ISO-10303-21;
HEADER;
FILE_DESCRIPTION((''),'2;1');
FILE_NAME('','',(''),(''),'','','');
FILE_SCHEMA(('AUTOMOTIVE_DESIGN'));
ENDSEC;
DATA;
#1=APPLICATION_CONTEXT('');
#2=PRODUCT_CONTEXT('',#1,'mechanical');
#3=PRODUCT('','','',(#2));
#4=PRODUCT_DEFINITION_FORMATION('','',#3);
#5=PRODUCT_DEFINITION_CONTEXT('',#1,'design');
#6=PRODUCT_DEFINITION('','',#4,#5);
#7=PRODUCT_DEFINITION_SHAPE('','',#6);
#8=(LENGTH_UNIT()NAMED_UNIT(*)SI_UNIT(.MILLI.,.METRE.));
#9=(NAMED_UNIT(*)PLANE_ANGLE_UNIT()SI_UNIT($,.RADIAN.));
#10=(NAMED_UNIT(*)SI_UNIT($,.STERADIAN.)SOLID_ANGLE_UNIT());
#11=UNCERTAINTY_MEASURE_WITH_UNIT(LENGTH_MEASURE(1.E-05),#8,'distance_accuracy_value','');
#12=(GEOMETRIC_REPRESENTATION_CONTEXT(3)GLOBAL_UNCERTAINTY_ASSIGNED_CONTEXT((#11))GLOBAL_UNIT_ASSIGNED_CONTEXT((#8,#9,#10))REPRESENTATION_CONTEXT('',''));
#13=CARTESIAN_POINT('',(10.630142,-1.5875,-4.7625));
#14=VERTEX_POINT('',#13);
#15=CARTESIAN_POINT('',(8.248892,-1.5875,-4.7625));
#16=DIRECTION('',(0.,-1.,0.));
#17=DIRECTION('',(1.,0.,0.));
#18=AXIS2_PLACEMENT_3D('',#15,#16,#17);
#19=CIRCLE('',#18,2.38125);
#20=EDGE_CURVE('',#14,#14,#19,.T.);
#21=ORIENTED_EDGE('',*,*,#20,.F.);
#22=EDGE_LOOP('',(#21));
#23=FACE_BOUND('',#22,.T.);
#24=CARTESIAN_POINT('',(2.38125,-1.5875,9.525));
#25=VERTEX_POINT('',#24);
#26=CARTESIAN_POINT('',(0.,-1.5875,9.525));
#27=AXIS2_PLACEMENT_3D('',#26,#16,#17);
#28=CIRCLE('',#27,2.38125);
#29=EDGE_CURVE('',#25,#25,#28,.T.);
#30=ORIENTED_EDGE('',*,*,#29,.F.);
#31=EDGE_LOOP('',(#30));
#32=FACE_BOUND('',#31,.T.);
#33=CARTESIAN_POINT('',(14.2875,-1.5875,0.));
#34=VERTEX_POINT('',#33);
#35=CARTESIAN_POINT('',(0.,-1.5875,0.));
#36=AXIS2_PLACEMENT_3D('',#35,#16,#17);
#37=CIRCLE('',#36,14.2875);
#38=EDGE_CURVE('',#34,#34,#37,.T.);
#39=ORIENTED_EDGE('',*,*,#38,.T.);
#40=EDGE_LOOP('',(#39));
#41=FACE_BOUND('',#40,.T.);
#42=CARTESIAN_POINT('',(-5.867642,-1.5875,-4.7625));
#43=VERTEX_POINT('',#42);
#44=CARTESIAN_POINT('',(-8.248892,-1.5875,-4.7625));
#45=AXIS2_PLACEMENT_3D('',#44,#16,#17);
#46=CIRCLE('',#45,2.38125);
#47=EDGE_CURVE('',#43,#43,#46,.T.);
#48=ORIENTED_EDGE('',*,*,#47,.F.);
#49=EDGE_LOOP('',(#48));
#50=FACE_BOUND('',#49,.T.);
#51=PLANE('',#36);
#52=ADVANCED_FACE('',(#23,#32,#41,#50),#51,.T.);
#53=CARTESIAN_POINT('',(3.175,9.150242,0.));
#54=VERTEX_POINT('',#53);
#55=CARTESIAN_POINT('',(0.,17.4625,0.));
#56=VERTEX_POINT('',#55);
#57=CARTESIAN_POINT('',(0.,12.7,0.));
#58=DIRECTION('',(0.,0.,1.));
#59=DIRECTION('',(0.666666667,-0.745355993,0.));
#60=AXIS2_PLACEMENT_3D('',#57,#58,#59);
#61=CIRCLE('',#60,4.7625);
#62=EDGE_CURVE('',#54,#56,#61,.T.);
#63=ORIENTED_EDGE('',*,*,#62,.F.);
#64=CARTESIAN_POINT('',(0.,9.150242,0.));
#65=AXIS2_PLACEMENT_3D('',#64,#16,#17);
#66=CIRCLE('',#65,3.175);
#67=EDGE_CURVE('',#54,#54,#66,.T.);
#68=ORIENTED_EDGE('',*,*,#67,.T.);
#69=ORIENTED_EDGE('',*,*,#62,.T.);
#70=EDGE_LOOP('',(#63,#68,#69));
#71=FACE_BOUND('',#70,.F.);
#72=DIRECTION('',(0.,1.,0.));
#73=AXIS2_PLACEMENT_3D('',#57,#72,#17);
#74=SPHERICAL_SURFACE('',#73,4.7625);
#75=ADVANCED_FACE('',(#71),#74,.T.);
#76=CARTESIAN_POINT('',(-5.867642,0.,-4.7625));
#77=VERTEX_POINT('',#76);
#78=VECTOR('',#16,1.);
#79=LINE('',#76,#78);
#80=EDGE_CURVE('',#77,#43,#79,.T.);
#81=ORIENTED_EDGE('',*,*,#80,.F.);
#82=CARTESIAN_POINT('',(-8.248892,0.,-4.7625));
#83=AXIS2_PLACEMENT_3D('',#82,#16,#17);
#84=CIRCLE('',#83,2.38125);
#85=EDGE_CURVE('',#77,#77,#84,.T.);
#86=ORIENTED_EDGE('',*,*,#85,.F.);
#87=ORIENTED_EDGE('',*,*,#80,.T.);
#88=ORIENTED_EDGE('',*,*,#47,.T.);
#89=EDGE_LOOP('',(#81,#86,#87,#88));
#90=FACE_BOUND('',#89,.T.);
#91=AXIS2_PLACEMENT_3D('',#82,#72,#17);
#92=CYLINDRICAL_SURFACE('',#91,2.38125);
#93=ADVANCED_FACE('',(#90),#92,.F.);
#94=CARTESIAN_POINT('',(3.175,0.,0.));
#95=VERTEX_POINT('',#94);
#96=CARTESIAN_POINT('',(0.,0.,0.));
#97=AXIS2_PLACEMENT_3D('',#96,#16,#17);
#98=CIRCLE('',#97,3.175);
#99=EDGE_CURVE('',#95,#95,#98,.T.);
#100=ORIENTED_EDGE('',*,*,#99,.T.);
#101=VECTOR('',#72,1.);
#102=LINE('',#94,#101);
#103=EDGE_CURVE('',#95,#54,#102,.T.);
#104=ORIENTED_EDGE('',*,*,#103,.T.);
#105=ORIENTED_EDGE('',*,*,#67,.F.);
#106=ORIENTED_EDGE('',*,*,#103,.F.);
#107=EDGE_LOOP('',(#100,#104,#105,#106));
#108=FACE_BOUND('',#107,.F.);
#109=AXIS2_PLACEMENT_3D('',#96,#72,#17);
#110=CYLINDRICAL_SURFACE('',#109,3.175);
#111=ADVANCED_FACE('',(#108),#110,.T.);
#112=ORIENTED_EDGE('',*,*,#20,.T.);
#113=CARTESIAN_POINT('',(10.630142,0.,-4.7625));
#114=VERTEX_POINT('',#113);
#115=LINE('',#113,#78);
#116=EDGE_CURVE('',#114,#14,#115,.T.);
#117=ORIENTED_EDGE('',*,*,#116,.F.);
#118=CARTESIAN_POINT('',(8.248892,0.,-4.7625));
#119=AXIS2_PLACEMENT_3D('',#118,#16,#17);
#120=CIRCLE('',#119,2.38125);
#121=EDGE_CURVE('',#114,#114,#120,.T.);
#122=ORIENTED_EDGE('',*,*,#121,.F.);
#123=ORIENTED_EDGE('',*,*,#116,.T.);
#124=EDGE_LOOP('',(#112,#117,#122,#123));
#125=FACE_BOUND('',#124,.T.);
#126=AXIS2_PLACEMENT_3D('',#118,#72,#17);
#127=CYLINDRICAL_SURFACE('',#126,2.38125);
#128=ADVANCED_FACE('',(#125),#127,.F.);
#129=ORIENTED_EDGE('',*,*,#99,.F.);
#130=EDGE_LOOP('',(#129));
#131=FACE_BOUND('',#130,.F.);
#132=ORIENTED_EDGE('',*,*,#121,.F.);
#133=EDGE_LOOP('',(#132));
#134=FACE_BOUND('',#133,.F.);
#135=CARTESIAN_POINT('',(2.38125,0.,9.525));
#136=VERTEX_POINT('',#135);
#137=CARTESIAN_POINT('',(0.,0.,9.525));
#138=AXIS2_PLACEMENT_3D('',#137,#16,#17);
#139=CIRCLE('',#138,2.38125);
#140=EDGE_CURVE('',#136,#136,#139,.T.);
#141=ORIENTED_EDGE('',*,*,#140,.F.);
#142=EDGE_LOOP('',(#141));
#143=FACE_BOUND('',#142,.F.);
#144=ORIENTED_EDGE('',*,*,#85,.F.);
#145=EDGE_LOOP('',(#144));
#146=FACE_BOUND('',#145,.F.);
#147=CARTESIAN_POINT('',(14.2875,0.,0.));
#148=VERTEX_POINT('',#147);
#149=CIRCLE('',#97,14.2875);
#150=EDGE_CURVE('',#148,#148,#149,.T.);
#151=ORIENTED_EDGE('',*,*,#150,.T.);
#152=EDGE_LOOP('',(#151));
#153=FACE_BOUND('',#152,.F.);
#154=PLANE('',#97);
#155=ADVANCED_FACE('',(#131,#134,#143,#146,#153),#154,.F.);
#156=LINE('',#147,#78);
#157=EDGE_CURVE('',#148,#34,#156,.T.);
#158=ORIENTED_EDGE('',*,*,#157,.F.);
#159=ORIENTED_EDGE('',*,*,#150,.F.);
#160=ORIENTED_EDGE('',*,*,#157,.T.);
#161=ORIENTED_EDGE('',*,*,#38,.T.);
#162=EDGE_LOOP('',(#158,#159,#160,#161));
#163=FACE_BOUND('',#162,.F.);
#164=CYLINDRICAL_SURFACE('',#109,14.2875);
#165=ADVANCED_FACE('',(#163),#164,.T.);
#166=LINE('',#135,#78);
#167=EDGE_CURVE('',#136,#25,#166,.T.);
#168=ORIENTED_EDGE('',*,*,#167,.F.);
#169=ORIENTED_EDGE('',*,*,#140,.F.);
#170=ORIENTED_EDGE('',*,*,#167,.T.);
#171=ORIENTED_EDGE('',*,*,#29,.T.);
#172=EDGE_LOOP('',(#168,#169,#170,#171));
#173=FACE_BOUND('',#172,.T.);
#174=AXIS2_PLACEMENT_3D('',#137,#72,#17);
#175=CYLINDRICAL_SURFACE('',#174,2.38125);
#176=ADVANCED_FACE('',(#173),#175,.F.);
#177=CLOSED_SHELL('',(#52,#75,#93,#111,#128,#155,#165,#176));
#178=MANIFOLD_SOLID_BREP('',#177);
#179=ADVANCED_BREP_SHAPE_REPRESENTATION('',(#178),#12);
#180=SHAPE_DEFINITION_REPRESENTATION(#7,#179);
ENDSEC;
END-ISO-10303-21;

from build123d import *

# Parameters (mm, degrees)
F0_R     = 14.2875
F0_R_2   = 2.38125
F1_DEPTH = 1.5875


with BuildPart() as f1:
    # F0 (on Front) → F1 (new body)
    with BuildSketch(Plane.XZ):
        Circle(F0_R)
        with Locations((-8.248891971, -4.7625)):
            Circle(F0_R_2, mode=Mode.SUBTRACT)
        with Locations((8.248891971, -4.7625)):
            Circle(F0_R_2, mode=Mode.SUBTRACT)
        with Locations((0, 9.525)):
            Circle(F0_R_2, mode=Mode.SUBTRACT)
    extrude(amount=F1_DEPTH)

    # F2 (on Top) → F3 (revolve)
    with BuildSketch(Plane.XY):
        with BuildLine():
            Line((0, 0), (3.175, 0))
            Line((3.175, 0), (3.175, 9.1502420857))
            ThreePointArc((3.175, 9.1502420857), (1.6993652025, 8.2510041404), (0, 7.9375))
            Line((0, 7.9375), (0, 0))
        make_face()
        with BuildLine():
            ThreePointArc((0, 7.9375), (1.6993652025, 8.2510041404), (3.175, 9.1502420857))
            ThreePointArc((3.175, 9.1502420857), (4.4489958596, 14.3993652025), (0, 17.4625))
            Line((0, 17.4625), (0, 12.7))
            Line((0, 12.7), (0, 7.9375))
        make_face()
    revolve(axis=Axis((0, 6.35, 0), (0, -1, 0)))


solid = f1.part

--

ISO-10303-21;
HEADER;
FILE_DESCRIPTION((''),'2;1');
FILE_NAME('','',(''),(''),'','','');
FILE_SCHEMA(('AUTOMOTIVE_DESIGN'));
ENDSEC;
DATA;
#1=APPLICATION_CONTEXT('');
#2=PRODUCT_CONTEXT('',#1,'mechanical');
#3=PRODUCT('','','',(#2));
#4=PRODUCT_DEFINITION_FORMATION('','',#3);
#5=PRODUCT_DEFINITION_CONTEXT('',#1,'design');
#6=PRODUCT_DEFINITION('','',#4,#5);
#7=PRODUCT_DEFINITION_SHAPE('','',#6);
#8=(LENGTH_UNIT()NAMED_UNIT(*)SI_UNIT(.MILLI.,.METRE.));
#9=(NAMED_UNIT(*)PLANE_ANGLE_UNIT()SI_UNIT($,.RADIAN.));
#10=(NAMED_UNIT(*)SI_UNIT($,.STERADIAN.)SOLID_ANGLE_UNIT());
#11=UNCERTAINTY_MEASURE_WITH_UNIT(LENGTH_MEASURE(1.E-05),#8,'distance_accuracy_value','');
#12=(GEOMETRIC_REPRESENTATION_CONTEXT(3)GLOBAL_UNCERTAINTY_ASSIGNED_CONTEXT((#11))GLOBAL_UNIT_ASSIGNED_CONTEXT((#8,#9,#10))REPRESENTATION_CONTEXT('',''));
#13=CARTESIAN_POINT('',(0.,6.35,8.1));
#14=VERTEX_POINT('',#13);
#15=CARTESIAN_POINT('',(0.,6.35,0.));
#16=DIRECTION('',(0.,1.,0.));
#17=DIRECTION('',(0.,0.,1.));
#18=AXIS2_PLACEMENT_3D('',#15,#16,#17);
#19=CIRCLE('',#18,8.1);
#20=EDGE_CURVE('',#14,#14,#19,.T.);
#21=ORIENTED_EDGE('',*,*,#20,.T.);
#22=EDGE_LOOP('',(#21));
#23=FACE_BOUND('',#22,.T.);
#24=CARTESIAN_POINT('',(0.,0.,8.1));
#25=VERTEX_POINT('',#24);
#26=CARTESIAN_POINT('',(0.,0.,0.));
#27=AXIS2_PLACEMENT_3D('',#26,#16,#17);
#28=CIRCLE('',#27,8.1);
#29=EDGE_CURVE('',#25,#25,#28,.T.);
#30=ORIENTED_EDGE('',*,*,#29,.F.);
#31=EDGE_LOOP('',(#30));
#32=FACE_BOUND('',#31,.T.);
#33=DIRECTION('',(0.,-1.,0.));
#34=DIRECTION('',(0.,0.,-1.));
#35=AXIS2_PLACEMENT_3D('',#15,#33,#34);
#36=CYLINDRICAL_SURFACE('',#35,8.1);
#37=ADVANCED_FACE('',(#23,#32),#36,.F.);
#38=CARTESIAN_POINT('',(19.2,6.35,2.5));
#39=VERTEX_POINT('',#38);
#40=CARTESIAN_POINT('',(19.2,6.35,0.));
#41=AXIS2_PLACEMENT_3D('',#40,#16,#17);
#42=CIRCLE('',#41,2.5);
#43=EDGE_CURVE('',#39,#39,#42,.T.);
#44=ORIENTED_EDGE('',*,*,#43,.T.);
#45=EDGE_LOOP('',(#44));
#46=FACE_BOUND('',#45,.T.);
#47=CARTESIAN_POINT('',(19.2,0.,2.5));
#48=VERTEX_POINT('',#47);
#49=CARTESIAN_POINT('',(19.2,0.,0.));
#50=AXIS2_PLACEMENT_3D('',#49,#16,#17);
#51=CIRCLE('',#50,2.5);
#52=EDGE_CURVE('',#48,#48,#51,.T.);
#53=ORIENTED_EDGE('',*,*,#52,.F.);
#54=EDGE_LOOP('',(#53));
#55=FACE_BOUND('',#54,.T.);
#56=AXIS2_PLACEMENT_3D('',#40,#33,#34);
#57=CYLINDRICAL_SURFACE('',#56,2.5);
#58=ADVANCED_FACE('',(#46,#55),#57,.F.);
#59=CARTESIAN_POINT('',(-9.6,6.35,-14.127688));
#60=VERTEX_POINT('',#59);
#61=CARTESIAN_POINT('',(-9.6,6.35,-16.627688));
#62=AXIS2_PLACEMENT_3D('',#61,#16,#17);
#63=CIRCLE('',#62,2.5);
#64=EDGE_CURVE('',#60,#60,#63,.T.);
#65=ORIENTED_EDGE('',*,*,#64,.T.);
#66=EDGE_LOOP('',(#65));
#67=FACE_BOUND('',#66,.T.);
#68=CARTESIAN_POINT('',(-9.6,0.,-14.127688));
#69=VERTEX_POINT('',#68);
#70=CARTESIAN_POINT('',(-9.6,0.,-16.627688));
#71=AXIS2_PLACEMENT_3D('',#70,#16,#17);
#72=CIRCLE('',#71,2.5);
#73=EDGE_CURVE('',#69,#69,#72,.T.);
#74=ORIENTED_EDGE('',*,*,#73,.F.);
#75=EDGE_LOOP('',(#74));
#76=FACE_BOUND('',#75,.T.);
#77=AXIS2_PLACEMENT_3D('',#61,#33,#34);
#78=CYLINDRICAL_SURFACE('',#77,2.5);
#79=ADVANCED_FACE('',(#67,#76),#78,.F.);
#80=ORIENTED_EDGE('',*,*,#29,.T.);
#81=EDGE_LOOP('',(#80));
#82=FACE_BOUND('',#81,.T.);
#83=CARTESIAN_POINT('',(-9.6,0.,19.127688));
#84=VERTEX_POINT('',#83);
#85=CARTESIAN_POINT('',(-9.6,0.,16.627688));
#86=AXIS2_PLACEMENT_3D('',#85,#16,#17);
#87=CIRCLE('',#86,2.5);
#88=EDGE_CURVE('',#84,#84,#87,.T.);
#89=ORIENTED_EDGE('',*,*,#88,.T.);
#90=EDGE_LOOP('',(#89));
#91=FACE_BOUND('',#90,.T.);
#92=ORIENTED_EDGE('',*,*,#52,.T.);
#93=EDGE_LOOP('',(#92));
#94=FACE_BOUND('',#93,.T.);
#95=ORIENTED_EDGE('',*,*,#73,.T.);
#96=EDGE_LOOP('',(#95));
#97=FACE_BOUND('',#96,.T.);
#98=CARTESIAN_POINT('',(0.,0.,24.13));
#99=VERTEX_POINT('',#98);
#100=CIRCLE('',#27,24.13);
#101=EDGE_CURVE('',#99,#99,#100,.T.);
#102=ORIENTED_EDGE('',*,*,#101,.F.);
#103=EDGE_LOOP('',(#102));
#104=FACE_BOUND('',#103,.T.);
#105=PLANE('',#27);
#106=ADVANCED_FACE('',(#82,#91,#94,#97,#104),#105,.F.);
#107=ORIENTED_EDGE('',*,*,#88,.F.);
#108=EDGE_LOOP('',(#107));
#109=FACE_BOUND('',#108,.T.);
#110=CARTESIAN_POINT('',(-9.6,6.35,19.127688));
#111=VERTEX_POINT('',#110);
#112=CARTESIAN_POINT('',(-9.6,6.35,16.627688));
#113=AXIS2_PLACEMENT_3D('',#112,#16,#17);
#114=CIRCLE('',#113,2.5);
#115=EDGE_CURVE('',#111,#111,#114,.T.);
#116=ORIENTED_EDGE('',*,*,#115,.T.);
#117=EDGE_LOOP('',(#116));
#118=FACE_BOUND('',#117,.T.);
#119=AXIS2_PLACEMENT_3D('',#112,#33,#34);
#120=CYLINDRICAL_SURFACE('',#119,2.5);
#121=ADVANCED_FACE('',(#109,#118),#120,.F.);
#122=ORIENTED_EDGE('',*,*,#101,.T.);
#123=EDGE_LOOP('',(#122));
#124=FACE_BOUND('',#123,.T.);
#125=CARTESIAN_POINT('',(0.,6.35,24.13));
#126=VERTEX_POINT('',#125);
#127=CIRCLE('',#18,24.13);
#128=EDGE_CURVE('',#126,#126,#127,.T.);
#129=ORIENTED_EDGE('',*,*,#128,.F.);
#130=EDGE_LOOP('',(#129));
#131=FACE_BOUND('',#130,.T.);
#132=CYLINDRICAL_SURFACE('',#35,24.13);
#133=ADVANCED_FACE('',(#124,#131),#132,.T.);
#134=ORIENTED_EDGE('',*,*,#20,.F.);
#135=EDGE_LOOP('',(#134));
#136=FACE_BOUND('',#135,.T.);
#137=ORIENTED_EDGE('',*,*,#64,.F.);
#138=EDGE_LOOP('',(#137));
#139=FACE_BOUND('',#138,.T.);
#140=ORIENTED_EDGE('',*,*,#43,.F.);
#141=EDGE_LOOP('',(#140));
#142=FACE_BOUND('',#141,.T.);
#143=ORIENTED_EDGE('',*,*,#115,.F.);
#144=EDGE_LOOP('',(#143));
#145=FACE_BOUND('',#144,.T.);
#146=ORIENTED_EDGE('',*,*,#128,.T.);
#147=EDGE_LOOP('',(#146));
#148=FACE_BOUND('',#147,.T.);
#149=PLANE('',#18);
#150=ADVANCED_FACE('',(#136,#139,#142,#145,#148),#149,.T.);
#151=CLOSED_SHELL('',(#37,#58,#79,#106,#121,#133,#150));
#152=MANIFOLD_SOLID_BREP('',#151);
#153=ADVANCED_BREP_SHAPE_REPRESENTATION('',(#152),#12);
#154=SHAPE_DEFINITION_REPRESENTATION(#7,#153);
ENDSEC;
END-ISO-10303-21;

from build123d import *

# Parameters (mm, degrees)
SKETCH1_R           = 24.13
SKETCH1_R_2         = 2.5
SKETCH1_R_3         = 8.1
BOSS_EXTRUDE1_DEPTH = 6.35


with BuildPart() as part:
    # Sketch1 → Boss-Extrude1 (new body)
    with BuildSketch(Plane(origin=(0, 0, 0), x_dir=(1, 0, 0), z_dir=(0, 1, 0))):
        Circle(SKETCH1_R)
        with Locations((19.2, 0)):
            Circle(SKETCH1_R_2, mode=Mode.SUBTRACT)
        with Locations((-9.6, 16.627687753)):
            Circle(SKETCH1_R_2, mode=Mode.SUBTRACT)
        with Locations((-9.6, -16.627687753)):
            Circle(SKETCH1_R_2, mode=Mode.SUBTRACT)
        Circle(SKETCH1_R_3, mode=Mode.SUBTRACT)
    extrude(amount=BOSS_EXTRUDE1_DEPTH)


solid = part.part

-- Work to complete --
Would you output, from the records above, exactly the run of lines that starts at the line containing "#19=CIRCLE('',#18,2.38125);" and ends at the line containing "#39=ORIENTED_EDGE('',*,*,#38,.T.);", and only that run?

-- Completed task --
#19=CIRCLE('',#18,2.38125);
#20=EDGE_CURVE('',#14,#14,#19,.T.);
#21=ORIENTED_EDGE('',*,*,#20,.F.);
#22=EDGE_LOOP('',(#21));
#23=FACE_BOUND('',#22,.T.);
#24=CARTESIAN_POINT('',(2.38125,-1.5875,9.525));
#25=VERTEX_POINT('',#24);
#26=CARTESIAN_POINT('',(0.,-1.5875,9.525));
#27=AXIS2_PLACEMENT_3D('',#26,#16,#17);
#28=CIRCLE('',#27,2.38125);
#29=EDGE_CURVE('',#25,#25,#28,.T.);
#30=ORIENTED_EDGE('',*,*,#29,.F.);
#31=EDGE_LOOP('',(#30));
#32=FACE_BOUND('',#31,.T.);
#33=CARTESIAN_POINT('',(14.2875,-1.5875,0.));
#34=VERTEX_POINT('',#33);
#35=CARTESIAN_POINT('',(0.,-1.5875,0.));
#36=AXIS2_PLACEMENT_3D('',#35,#16,#17);
#37=CIRCLE('',#36,14.2875);
#38=EDGE_CURVE('',#34,#34,#37,.T.);
#39=ORIENTED_EDGE('',*,*,#38,.T.);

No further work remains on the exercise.